Goal of the exercise:
Starting with the first line and ending with the line that holds "f 264 427 428", repeat the material exactly.
● ● ● ● ●
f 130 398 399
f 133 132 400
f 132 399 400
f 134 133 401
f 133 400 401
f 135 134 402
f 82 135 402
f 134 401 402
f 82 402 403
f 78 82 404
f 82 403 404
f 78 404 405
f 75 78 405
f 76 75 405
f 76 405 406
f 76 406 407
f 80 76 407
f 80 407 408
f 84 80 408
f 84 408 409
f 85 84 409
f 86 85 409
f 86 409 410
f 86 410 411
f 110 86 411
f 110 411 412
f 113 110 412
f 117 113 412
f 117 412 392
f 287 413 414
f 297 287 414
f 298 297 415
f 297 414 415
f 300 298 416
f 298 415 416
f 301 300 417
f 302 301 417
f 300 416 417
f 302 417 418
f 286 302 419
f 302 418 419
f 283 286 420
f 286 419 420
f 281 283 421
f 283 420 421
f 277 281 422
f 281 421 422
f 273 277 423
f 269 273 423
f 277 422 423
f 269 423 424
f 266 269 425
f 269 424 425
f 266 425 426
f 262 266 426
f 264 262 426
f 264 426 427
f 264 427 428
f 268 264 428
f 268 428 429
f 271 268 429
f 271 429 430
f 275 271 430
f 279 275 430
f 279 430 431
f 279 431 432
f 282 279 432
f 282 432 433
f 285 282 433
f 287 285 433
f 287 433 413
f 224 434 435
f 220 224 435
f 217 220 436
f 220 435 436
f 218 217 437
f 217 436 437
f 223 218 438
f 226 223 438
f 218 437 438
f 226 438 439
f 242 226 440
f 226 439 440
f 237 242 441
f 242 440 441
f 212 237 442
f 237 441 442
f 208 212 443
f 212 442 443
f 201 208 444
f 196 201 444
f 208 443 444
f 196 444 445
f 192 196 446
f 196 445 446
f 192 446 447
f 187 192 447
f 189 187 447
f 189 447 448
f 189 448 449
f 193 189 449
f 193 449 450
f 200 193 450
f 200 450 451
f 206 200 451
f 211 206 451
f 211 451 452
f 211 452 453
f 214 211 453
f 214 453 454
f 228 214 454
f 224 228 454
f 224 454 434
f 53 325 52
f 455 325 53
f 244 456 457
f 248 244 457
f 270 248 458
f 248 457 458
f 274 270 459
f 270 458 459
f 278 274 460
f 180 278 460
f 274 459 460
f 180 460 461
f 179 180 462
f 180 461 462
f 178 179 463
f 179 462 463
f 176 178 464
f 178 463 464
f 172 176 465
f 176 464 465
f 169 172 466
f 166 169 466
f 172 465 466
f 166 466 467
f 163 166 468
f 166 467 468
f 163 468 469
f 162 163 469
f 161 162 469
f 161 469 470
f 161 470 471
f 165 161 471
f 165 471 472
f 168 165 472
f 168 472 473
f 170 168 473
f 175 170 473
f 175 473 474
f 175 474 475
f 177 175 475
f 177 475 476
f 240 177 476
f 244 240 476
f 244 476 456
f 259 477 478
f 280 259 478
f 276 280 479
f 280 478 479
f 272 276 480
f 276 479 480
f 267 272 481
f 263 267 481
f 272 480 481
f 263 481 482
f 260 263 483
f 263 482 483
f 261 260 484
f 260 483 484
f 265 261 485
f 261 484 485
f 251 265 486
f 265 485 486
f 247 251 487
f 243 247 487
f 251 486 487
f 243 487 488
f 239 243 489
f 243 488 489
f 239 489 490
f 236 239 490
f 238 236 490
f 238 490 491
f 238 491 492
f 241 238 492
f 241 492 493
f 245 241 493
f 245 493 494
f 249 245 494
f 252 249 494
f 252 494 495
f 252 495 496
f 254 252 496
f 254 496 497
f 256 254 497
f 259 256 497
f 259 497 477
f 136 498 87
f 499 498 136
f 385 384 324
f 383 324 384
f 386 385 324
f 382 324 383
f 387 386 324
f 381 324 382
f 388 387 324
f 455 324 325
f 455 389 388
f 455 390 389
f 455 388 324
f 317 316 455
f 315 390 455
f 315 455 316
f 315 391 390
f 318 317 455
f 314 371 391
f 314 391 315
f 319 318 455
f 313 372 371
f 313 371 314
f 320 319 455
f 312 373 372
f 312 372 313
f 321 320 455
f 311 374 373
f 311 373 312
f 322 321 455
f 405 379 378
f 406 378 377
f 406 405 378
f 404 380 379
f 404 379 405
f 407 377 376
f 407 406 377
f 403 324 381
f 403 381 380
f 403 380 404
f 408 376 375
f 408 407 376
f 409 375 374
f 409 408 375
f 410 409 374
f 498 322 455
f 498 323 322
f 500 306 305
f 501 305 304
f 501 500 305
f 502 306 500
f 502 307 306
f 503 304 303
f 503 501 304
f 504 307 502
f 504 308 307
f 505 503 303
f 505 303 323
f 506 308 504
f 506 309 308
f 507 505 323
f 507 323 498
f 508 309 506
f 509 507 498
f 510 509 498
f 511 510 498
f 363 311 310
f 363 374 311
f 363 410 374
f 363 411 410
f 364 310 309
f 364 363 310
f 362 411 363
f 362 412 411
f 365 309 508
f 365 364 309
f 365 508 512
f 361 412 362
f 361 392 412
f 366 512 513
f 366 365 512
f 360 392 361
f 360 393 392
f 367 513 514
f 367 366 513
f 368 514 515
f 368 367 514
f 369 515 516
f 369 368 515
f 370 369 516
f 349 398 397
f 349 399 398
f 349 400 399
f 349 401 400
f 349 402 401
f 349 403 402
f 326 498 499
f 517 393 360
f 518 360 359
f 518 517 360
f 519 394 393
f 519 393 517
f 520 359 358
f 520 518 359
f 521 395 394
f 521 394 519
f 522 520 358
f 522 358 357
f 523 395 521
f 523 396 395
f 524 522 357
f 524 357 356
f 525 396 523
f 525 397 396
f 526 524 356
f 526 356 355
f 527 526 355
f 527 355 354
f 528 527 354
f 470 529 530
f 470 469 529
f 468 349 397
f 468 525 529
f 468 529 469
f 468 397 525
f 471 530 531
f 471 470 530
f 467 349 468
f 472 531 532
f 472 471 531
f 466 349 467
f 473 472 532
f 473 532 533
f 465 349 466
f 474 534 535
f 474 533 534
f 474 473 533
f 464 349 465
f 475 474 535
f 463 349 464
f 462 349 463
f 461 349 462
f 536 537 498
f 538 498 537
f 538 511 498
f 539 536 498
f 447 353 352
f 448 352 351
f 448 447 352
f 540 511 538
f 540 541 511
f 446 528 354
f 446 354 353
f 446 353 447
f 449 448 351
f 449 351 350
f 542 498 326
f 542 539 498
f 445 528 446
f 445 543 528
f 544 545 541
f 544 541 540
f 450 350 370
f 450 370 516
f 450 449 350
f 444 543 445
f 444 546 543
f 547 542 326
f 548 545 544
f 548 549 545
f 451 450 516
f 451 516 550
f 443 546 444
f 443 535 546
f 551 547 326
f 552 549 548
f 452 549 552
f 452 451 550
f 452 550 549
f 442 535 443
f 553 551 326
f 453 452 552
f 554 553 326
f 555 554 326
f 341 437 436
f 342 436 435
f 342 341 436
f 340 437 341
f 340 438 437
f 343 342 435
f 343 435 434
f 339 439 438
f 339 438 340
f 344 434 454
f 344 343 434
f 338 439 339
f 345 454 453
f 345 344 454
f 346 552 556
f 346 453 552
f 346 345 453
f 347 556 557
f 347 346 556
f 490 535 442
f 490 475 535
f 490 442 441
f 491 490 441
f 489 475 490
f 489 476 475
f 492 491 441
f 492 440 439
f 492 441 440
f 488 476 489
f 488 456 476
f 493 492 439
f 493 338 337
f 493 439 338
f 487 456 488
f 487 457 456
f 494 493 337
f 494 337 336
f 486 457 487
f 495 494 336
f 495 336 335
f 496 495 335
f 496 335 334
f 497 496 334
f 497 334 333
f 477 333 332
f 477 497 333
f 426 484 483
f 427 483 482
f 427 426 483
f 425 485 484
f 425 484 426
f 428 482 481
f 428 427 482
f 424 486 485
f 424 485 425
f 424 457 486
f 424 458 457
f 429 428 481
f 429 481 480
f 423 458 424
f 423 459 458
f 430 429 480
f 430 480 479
● ● ● ● ●
Task result:
f 130 398 399
f 133 132 400
f 132 399 400
f 134 133 401
f 133 400 401
f 135 134 402
f 82 135 402
f 134 401 402
f 82 402 403
f 78 82 404
f 82 403 404
f 78 404 405
f 75 78 405
f 76 75 405
f 76 405 406
f 76 406 407
f 80 76 407
f 80 407 408
f 84 80 408
f 84 408 409
f 85 84 409
f 86 85 409
f 86 409 410
f 86 410 411
f 110 86 411
f 110 411 412
f 113 110 412
f 117 113 412
f 117 412 392
f 287 413 414
f 297 287 414
f 298 297 415
f 297 414 415
f 300 298 416
f 298 415 416
f 301 300 417
f 302 301 417
f 300 416 417
f 302 417 418
f 286 302 419
f 302 418 419
f 283 286 420
f 286 419 420
f 281 283 421
f 283 420 421
f 277 281 422
f 281 421 422
f 273 277 423
f 269 273 423
f 277 422 423
f 269 423 424
f 266 269 425
f 269 424 425
f 266 425 426
f 262 266 426
f 264 262 426
f 264 426 427
f 264 427 428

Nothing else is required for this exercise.